Trata-se de um desdobramento da minha tese de doutorado “Os sistemas de espaços livres e a urbanização contemporânea: estudo de caso na região de governo de Limeira”, desenvolvido na Área de Paisagem e Ambiente pela FAU USP sob orientação do Professor Dr. Eugenio Fernandes Queiroga.

Mediante acordo entre a Faculdade de Arquitetura de Universidade de São Paulo (FAU USP) e o Instituto Universitário de Arquitetura de Veneza (IUAV) pretende-se estudar a composição da paisagem das cidades a partir dos espaços livres públicos e privados.

O estágio compreende o período de 15 de setembro de 2009 a 16 de janeiro de 2010 e estou desenvolvendo pesquisa sobre a experiência de novos exemplos de sistemas de espaços livres contemporâneos na Europa.

O trabalho se propõe a discutir e realizar projetos em escala regional sob o contexto da dispersão urbana sob co-orientação da Professora Dra. Maria Chiara Tosi, Arquiteta e Urbanista da Facoltà di Architettura – Università IUAV di Venezia.

As atividades didáticas

Durante o estágio estão sendo desenvolvidas algumas atividades complementares de grande interesse, como é o caso das entrevistas com especialistas da área – arquitetos, paisagistas e urbanistas italianos – sobre projetos europeus para bairros novos, projetos infraestruturais e espaços livres.

Vale ressaltar encontros com os professores doutores Laura Zampieri (arquitetura da paisagem, IUAV), Bernardo Secchi (IUAV), Arturo Lanzani (Politécnico de Milão) e Antonio de Rossi (Urban Center e Politecnico de Torino).

Estive também em diversas cidades na Itália, Espanha, Alemanha e Portugal, aonde visitei projetos dos arquitetos Renzo Piano, Vittorio Gregotti, Bernardo Secchi e João Nunes.

São arquitetos que estão envolvidos não somente em trabalhos de arquitetura de edifícios, mas também compondo uma nova arquitetura da paisagem.

Durante o estágio na Itália acompanharei seminários de estudo e disciplinas relacionadas a projetos regionais de arquitetura, e de paisagem da Facoltà di Architettura – Università IUAV di Venezia.

O objetivo principal era ampliar a troca de idéias, bem como debater os vários temas envolvidos na questão das dinâmicas de estruturação urbana contemporânea.

As dependências da escola são um show à parte. O edifício Tolentini em Veneza, onde fica a livraria de livros específicos de arquitetura e urbanismo e a biblioteca central, é projeto relativamente recente, realizado pelos arquitetos Carlo Scarpa e Sergio Los.

Dia 16 de setembro estive na Universidade IUAV no Palazzo Badoer onde encontram-se os departamentos e aulas de doutorado e também local onde há uma sala onde pesquiso e desenvolvo as atividades de Doutorado.

Nesse dia tive a primeira orientação com a professora Maria Chiara Tosi e conversamos sobre as visitas e pesquisas a serem desenvolvidas.

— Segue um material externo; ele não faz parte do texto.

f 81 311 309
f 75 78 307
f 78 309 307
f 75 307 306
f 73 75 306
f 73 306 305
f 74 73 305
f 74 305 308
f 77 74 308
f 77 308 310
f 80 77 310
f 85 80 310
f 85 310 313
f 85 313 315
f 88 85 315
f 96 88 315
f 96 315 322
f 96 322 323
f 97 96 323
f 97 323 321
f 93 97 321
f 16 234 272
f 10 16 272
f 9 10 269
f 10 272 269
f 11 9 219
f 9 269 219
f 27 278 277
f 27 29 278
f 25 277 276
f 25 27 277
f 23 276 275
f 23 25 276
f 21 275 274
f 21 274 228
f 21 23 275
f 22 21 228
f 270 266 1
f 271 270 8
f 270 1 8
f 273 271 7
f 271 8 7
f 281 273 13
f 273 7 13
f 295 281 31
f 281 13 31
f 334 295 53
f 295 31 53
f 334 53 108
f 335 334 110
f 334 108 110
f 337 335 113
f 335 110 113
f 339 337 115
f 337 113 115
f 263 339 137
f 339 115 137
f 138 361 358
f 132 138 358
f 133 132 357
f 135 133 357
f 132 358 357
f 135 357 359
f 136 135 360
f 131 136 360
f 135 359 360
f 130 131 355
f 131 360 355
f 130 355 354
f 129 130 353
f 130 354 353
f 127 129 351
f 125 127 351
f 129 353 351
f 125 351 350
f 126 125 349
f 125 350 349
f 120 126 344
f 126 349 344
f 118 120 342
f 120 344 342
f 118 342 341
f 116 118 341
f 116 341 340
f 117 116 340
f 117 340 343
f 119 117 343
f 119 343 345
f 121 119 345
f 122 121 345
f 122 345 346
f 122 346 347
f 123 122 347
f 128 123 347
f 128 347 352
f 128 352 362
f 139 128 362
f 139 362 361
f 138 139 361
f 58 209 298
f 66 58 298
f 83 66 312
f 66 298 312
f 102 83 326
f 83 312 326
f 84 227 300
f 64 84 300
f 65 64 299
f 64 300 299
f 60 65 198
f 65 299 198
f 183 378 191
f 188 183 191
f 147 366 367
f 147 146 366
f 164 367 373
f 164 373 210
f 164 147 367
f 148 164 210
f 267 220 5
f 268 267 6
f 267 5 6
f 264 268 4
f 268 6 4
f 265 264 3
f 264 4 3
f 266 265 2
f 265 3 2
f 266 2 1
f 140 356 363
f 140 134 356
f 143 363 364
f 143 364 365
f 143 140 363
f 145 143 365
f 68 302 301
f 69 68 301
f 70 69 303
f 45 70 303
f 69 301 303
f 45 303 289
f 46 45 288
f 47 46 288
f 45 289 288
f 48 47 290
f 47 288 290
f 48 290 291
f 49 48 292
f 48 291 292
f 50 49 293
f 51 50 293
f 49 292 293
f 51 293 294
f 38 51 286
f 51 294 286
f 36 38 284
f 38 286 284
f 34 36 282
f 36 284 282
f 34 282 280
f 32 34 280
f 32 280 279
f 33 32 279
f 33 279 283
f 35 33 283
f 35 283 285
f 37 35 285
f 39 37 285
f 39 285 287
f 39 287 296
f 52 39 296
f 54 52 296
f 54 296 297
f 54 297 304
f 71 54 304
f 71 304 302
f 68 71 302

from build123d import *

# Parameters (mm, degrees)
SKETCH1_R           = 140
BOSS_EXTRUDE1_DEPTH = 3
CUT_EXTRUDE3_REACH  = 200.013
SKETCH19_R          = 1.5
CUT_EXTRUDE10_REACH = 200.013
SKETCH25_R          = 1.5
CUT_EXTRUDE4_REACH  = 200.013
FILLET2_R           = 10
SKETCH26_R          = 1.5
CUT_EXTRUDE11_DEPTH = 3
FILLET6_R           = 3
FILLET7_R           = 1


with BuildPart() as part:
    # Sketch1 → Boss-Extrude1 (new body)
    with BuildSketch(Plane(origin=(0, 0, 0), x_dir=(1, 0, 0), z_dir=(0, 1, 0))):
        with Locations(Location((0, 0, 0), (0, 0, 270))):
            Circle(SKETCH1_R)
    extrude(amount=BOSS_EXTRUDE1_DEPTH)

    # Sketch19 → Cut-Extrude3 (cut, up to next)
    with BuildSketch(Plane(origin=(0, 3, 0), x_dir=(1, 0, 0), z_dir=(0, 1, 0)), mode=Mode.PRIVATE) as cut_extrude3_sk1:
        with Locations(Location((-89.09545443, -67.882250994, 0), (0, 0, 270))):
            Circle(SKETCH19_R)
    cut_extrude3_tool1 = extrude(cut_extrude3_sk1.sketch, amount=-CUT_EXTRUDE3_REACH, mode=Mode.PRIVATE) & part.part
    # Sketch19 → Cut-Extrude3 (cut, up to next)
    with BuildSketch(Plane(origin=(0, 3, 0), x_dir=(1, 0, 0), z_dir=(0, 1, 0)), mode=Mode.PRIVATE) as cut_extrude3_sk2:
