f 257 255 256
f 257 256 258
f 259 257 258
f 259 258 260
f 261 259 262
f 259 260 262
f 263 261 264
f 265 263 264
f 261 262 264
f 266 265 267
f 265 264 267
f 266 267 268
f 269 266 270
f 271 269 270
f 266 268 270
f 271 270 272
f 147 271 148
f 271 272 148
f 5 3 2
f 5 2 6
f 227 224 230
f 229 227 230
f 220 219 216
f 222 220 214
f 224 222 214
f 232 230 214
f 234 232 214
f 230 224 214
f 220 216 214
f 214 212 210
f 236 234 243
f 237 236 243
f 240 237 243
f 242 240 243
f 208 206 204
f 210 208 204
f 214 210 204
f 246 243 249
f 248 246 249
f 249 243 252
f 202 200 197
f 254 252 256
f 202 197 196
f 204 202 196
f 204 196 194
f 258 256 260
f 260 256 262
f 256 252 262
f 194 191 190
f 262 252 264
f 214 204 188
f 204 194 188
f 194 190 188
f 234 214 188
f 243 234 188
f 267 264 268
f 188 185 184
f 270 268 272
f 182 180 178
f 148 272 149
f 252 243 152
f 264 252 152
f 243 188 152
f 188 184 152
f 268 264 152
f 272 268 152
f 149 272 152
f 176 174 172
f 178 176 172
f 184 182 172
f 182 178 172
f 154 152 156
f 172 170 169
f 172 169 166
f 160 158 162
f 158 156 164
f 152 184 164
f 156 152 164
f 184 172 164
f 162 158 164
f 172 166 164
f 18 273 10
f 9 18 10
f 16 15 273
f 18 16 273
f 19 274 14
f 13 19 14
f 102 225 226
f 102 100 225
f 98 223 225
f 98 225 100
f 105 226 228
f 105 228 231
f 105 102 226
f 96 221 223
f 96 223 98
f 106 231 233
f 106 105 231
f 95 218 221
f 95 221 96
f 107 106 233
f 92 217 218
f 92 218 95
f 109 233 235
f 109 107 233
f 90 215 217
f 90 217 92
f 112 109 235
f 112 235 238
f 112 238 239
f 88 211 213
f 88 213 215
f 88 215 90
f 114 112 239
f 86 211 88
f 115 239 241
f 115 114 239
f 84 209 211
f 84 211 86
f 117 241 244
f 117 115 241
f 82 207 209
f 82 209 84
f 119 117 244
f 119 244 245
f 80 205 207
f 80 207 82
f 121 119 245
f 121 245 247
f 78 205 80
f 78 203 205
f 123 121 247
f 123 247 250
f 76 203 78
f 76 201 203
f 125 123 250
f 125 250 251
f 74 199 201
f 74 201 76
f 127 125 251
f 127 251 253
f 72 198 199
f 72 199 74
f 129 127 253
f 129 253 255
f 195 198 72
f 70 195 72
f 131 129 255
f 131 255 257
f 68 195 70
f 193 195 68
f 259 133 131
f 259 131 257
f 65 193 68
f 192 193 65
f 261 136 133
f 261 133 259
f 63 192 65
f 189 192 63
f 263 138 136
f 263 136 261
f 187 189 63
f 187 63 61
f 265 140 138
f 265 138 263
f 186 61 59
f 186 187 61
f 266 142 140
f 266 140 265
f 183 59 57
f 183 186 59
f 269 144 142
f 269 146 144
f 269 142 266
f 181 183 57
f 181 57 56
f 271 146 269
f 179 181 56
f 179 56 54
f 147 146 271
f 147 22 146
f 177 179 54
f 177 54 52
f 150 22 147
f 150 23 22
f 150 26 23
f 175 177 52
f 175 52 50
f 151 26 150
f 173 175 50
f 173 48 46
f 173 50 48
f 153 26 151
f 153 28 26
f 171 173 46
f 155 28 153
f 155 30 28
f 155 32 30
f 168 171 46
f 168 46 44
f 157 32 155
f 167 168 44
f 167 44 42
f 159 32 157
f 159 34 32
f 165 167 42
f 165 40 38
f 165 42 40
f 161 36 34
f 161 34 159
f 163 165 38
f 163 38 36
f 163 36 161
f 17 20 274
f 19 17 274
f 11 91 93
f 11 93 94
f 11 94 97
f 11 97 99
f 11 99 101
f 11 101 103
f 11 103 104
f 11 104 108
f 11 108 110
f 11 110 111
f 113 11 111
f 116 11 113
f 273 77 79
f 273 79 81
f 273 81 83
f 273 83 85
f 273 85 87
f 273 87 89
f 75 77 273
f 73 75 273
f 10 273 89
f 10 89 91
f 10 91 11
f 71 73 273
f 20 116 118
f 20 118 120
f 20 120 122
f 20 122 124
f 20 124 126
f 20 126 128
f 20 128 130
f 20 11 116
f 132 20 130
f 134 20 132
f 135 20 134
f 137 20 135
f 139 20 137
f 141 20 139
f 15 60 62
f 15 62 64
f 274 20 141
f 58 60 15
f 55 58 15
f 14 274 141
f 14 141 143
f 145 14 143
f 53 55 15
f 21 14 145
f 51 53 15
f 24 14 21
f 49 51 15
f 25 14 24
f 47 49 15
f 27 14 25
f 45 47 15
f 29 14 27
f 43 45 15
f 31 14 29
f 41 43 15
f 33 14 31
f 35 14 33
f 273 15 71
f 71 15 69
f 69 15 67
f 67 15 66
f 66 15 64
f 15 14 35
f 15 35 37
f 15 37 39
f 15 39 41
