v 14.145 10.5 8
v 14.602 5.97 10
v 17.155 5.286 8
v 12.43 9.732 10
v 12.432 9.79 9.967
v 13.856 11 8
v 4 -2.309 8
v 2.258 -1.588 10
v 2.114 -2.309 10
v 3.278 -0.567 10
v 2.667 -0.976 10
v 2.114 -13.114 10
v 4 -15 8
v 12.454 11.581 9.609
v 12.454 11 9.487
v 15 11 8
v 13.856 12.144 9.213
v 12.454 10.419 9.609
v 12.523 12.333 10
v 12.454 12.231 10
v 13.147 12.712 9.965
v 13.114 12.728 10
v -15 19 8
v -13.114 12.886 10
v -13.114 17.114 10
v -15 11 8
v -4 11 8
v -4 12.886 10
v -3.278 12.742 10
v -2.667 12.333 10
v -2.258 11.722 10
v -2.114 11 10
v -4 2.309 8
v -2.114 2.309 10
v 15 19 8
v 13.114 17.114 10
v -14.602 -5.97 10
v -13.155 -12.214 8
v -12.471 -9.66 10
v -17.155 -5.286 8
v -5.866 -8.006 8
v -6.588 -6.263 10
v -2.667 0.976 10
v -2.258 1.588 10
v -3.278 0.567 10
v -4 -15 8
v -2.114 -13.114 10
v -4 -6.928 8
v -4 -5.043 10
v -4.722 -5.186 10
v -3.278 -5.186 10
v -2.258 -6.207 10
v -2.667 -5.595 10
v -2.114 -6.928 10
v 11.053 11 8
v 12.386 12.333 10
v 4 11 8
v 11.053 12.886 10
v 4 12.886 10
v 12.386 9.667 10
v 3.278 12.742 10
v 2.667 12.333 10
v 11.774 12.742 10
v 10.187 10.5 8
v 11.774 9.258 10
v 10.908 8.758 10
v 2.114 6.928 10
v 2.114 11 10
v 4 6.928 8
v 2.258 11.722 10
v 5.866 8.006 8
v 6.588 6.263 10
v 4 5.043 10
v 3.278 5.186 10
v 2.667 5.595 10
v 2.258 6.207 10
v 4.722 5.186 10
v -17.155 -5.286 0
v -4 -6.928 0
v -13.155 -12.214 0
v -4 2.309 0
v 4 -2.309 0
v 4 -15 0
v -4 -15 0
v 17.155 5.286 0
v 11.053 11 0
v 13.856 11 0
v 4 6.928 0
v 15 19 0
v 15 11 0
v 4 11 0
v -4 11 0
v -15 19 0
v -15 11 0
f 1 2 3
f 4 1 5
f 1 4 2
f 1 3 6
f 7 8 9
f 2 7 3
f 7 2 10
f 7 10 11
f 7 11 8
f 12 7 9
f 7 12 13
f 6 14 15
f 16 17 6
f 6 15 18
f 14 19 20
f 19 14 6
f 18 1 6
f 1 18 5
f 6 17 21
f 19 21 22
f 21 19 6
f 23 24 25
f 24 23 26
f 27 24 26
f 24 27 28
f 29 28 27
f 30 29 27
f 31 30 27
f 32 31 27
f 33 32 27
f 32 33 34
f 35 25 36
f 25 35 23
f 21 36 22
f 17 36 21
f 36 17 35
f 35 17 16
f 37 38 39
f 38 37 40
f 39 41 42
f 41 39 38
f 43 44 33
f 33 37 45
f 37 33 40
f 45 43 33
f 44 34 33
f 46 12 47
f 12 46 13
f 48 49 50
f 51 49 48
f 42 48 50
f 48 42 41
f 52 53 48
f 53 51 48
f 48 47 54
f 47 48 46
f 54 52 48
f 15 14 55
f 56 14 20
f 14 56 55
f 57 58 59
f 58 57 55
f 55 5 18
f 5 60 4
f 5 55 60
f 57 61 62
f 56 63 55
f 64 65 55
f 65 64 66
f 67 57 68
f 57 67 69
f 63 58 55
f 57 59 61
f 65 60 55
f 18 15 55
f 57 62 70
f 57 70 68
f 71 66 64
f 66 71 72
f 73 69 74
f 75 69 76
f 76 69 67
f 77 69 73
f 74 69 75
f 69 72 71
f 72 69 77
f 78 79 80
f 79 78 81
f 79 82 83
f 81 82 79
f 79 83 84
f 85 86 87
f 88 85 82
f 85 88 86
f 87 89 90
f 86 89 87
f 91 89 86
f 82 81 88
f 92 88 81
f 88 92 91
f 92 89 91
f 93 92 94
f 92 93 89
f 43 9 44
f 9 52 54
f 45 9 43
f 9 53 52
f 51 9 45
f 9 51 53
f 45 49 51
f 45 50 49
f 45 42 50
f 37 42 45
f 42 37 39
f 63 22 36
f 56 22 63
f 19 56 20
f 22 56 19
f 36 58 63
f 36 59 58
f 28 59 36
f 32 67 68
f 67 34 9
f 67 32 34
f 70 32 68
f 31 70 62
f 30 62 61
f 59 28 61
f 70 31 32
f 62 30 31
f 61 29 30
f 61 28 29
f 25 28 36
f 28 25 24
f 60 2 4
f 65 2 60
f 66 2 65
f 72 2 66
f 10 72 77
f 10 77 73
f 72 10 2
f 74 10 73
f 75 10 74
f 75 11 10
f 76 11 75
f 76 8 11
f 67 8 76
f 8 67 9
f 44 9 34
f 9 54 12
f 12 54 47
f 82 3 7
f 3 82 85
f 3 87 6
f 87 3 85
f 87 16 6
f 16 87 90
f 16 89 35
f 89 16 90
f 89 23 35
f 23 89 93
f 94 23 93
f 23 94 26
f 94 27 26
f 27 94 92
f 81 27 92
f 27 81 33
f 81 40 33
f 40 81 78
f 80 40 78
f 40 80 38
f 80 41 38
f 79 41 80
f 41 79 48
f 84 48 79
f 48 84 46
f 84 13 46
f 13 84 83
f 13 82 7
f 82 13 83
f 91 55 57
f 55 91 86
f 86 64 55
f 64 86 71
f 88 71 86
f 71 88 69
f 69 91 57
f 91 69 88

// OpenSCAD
bevel_extrude_example();

module bevel_extrude_example()
{
	bevel_extrude(height=10,bevel_depth=2,$fn=16) 
	example_shape();
}

module example_shape()
{
	union()
	{
		square([8,30],true);
		rotate(30)
		square([35,8],true);
	
		translate([0,15])
		square([30,8],true);
	}
}

module bevel_border(size=1)
{
	difference()
	{
		minkowski()
		{
			child();
			square(size,true);
		}
		child();
	}
}

module bevel_cutaway(bevel_depth=5)
{
	translate([0,0,-bevel_depth])
	minkowski()
	{
		linear_extrude(height=bevel_depth,convexity=5)
		bevel_border(1)
		child();
		cylinder(h=bevel_depth+1,r1=0,r2=bevel_depth*sqrt(2));
	}
}

module bevel_extrude(height=20,bevel_depth=1)
{
	difference()
	{
		linear_extrude(height=height,convexity=5)
		child();

		translate([0,0,height])
		bevel_cutaway(bevel_depth)
		child();
	}	
}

Como partido projetual utilizaram-se da memória dos jardins murados venezianos. É um projeto que procura combinar a necessidade de um espaço público muito freqüentado com o espaço da contemplação.

Visitas a Firenze e Milão

Visitei o novo Bairro San Donato, em Firenze, projetado em uma área ex-Fiat (áreas que aqui se chamam “aree industriali dismesse”). É uma operação urbanística com espaços multifuncionais.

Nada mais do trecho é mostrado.